Usually fairly mild mannered Victorians:
Hap Ruby (not likely to show much color in an all male tank)
Xystichromis phytophagus (not likely to show much color in an all male tank)
Astatotilapia latifasciata

Often a bit more aggresive Victorian:
Pundamilia Nyererei
Pundamilia Hippo Point Blue Bar

I know very little about peacocks. But when my vics get past breeding age (or I lose all the females) I often dump them into a catch all 180 gallon tank. They lose some color, and do some chasing, but never any real damage done.


----------



## DJRansome (Oct 29, 2005)

Peacocks and haps have similar temperaments.

Would two Pumdamilia work if there are no females to fight over, or do I have to choose one?

Astatotilapia latifasciata 
Pundamilia Nyererei 
Pundamilia Hippo Point Blue Bar


----------



## Fogelhund (Dec 3, 2002)

DJRansome said:


> Peacocks and haps have similar temperaments.
> 
> Would two Pumdamilia work if there are no females to fight over, or do I have to choose one?
> 
> ...


Pundamilia behave much like more robust mbuna in my experience. I kept mine in a 4ft 90 gallon, with Chilumba zebras, M. cyaneorhabdos and Ps. flavus... the nyererei were easily dominant.


----------



## DJRansome (Oct 29, 2005)

Hmmm. Maybe then the Pundamilia nyerereri with the Demasoni and the Astatotilapia with the haps.


----------



## gmaschke (Aug 23, 2008)

I have 2 Flamebacks in a 135 with haps and peacocks. When I had one it was more colorful. But I added the second one because my M/F ratio was way of in my 90 with the flameback colony and the second one I added to my 135 was the subject of most of the aggression.

When I put him in the 135 he was bigger than the first but the first was relentless and tore him up. I didn't know what to do with him after that but his fins grew back as the smaller one let up after a week or so.

Neither was as colorful as the breeders but that was to be expected.


----------



## firenzena (Nov 29, 2009)

I have 2 male sp.44 in my peacock/hap 150g tank.

The trick for me is keeping the Vics feeding well. I find if I add some ground up food that floats after feeding sinking food for most of the other tankmates works well.

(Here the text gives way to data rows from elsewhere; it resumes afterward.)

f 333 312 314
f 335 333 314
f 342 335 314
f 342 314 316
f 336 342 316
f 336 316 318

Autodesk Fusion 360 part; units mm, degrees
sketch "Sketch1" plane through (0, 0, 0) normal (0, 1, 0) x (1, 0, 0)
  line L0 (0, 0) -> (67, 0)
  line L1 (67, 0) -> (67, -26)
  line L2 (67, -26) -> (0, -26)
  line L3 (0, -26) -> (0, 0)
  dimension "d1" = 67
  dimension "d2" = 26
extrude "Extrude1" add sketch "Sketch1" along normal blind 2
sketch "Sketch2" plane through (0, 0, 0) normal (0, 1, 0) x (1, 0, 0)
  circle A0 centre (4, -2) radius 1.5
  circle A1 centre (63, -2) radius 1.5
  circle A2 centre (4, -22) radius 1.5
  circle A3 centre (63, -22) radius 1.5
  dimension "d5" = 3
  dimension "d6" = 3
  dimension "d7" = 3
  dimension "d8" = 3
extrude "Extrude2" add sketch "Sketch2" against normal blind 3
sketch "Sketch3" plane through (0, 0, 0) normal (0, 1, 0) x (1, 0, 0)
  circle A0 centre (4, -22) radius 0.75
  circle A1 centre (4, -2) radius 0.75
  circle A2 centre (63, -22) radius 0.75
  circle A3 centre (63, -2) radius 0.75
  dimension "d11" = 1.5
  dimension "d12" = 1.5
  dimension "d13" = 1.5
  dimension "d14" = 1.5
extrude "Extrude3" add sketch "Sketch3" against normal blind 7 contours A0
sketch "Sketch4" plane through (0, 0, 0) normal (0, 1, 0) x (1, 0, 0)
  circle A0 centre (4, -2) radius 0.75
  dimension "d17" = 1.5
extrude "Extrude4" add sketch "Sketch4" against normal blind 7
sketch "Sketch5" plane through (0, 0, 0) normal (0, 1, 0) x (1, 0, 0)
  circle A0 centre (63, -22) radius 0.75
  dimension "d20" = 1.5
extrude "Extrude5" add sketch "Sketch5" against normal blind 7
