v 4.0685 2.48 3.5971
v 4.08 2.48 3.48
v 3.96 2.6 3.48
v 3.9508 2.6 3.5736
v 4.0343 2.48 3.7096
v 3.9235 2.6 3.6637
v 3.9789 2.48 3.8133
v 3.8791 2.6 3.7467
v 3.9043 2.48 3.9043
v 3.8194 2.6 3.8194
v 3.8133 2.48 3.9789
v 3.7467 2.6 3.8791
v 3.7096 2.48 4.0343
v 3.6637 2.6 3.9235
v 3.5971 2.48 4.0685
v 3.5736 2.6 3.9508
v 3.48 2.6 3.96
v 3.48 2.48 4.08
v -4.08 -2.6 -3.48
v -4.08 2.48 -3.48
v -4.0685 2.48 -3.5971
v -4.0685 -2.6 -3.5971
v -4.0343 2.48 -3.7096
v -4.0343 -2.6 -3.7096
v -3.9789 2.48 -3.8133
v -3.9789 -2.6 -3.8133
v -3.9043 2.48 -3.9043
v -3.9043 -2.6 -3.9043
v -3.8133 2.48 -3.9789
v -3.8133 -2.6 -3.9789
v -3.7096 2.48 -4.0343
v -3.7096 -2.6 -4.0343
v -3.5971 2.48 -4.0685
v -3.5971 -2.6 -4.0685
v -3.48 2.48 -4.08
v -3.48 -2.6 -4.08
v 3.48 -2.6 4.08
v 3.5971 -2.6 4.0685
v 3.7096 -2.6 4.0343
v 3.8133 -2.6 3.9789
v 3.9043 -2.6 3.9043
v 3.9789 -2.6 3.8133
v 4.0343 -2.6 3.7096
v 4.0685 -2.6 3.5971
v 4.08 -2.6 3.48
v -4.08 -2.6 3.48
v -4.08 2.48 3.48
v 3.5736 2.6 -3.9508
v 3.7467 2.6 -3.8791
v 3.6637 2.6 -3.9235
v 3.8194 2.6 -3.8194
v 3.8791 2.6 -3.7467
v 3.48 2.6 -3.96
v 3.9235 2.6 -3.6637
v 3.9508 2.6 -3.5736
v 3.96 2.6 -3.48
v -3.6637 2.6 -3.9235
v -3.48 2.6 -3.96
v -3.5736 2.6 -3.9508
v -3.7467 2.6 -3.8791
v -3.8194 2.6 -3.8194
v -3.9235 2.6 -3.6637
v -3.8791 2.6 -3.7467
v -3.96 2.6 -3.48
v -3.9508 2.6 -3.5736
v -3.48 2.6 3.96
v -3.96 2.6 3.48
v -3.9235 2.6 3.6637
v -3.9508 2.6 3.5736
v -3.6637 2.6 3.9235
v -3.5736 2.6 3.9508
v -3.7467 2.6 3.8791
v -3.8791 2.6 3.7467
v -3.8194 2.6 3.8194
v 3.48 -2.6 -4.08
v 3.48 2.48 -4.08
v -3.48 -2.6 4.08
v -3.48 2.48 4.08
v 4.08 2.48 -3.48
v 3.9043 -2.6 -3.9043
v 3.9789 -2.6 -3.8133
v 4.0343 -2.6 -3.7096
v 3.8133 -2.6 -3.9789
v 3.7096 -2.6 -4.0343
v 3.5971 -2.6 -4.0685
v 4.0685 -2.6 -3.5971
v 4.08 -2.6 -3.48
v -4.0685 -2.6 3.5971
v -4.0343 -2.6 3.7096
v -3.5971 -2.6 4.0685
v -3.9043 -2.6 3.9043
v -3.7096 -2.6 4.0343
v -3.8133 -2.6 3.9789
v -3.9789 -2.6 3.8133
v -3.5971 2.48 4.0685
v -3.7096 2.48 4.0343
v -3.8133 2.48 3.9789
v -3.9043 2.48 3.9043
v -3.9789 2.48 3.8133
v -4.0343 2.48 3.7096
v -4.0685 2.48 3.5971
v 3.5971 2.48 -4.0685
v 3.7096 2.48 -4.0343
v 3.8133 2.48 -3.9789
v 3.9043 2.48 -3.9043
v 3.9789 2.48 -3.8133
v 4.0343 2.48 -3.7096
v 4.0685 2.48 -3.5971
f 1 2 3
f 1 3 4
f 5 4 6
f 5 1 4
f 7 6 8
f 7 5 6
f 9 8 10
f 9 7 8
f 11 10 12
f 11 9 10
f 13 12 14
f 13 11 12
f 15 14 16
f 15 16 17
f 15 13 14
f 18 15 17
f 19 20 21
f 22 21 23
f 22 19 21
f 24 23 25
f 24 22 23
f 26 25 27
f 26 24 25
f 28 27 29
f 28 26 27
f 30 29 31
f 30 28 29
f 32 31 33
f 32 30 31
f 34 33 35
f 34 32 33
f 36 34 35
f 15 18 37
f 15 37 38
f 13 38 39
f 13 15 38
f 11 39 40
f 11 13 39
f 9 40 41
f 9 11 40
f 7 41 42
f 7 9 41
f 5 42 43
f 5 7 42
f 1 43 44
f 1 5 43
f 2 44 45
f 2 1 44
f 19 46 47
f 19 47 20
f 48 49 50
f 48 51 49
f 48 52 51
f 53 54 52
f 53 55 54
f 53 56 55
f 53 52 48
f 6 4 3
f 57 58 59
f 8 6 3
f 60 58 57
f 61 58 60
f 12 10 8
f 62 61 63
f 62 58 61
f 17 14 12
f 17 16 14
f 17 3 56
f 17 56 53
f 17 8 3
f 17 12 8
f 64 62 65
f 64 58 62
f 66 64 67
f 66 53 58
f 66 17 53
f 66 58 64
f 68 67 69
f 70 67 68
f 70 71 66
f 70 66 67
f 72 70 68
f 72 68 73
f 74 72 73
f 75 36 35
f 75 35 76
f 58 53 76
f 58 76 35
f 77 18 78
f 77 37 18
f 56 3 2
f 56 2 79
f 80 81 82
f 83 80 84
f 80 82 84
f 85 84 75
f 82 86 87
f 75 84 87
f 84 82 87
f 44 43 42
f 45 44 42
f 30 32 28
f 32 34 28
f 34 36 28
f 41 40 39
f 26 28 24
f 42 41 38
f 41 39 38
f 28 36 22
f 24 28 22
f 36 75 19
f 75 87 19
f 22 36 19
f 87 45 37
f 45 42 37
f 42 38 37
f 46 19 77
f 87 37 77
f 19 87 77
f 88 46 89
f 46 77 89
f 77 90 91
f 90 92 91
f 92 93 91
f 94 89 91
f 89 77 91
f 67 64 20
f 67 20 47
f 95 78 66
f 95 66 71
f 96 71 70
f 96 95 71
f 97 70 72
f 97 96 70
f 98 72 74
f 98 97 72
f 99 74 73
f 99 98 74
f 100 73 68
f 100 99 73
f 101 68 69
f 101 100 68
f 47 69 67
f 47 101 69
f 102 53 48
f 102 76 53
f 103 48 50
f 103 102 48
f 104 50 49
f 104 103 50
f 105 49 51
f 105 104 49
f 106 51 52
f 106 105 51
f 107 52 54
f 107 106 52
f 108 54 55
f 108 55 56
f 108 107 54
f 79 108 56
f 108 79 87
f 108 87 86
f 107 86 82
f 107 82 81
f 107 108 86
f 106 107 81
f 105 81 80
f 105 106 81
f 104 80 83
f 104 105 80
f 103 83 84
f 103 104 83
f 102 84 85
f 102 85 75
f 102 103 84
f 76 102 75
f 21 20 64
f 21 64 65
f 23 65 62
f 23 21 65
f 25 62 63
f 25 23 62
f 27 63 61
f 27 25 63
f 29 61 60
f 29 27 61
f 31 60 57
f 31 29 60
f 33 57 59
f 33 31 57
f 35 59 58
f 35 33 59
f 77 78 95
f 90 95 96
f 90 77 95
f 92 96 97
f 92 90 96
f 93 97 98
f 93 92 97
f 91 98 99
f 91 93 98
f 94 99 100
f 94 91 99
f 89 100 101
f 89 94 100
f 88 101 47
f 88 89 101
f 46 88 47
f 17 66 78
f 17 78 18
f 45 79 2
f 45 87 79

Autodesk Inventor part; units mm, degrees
ref_plane "YZ Plane" through (0, 0, 0) normal (1, 0, 0) x (0, 1, 0)
ref_plane "XZ Plane" through (0, 0, 0) normal (0, 1, 0) x (-1, 0, 0)
ref_plane "XY Plane" through (0, 0, 0) normal (0, 0, 1) x (1, 0, 0)
sketch "Sketch2" plane through (0, 0, 0) normal (0, 1, 0) x (-1, 0, 0)
  line L0 (-4.08, 4.08) -> (4.08, 4.08)
  line L1 (4.08, 4.08) -> (4.08, -4.08)
  line L2 (4.08, -4.08) -> (-4.08, -4.08)
  line L3 (-4.08, -4.08) -> (-4.08, 4.08)
  point P0 (0, 0)
  point P1 (0, 4.08)
  point P2 (-4.08, 0)
  dimension "d0" = 8.16
extrude "Extrusion1" add sketch "Sketch2" along normal mid plane 5.2
fillet "Fillet1" radius 0.6 4 edges at (-4.08, 0, 4.08) (4.08, 0, 4.08) (4.08, 0, -4.08) (-4.08, 0, -4.08)
chamfer "Chamfer1" distance 0.12 angle 45 8 edges at (0, 2.6, 4.08) (3.9043, 2.6, 3.9043) (4.08, 2.6, 0) (3.9043, 2.6, -3.9043) (0, 2.6, -4.08) (-3.9043, 2.6, -3.9043) (-4.08, 2.6, 0) (-3.9043, 2.6, 3.9043)
properties part number "99146-LtBluishGray" material "ABS Plastic"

I think with all the different feeding habits the of Vics picking one that you can cater for is as important as general compatibility.


----------



## DJRansome (Oct 29, 2005)

I am going to try just this one with the peacocks/haps for now: Astatotilapia latifasciata.


----------



## airlopez1 (Aug 8, 2010)

I have a Astatotilapia latifasciata in with my male peacocks...just got them in but no problems so far. He is the smallest in the tank and no one is picking on him. Read that this Vic is a good choice for peacocks.
_________________


----------



## derrick719 (Jan 28, 2010)

i have 3 crimson tides with haps labs and peacocks in a 55 with no probs at all. the vic is one of my best breading fish.


----------



## SeanPrice (Sep 10, 2010)

I am going to try a Pundamilia Nyererei Python Island in my 90 with 1 Hap & 6 Peacocks.. I have one other Hap & another 3 Peacocks that are still to small to be added... All male adult tank in the making.

30 Gallon time out tank in basement is ready... Saturday we shall see how it goes.


----------



## DJRansome (Oct 29, 2005)

What about a red jewel? Will it stay colored up as a single in an all male hap/peacock tank?

Are red jewels natural fish, or are they hybridized and/or excessively line bred to get the really red color?


----------



## DrgRcr (Jun 23, 2009)

DJ, did you ever wind up adding any Vics to your all male tank? I'm thinking of getting(mail ordering from a known source  ) a few more fish for mine, and to get more color variety I'm considering a Vic as well. Probably a Zebra because the consensus is that they're the mildest and least likely to lose the color in the all male setting. Ironically, I just picked up a group of 6 Zebras at that recent auction for a species only tank, but they're way too small, 1-1/2".


----------



## DJRansome (Oct 29, 2005)

I do have the Astatotilapia latifasciata in the tank. He and a copadichromis are the largest fish in the tank and take turns being boss. He colors up nicely.


----------



## DrgRcr (Jun 23, 2009)

Cool :thumb: . I think I may add a 4" male to my buy list. Hopefully this deal goes through.


----------



## DJRansome (Oct 29, 2005)

I still want to know if a single male jewel will color up in an all male tank though. opcorn:


----------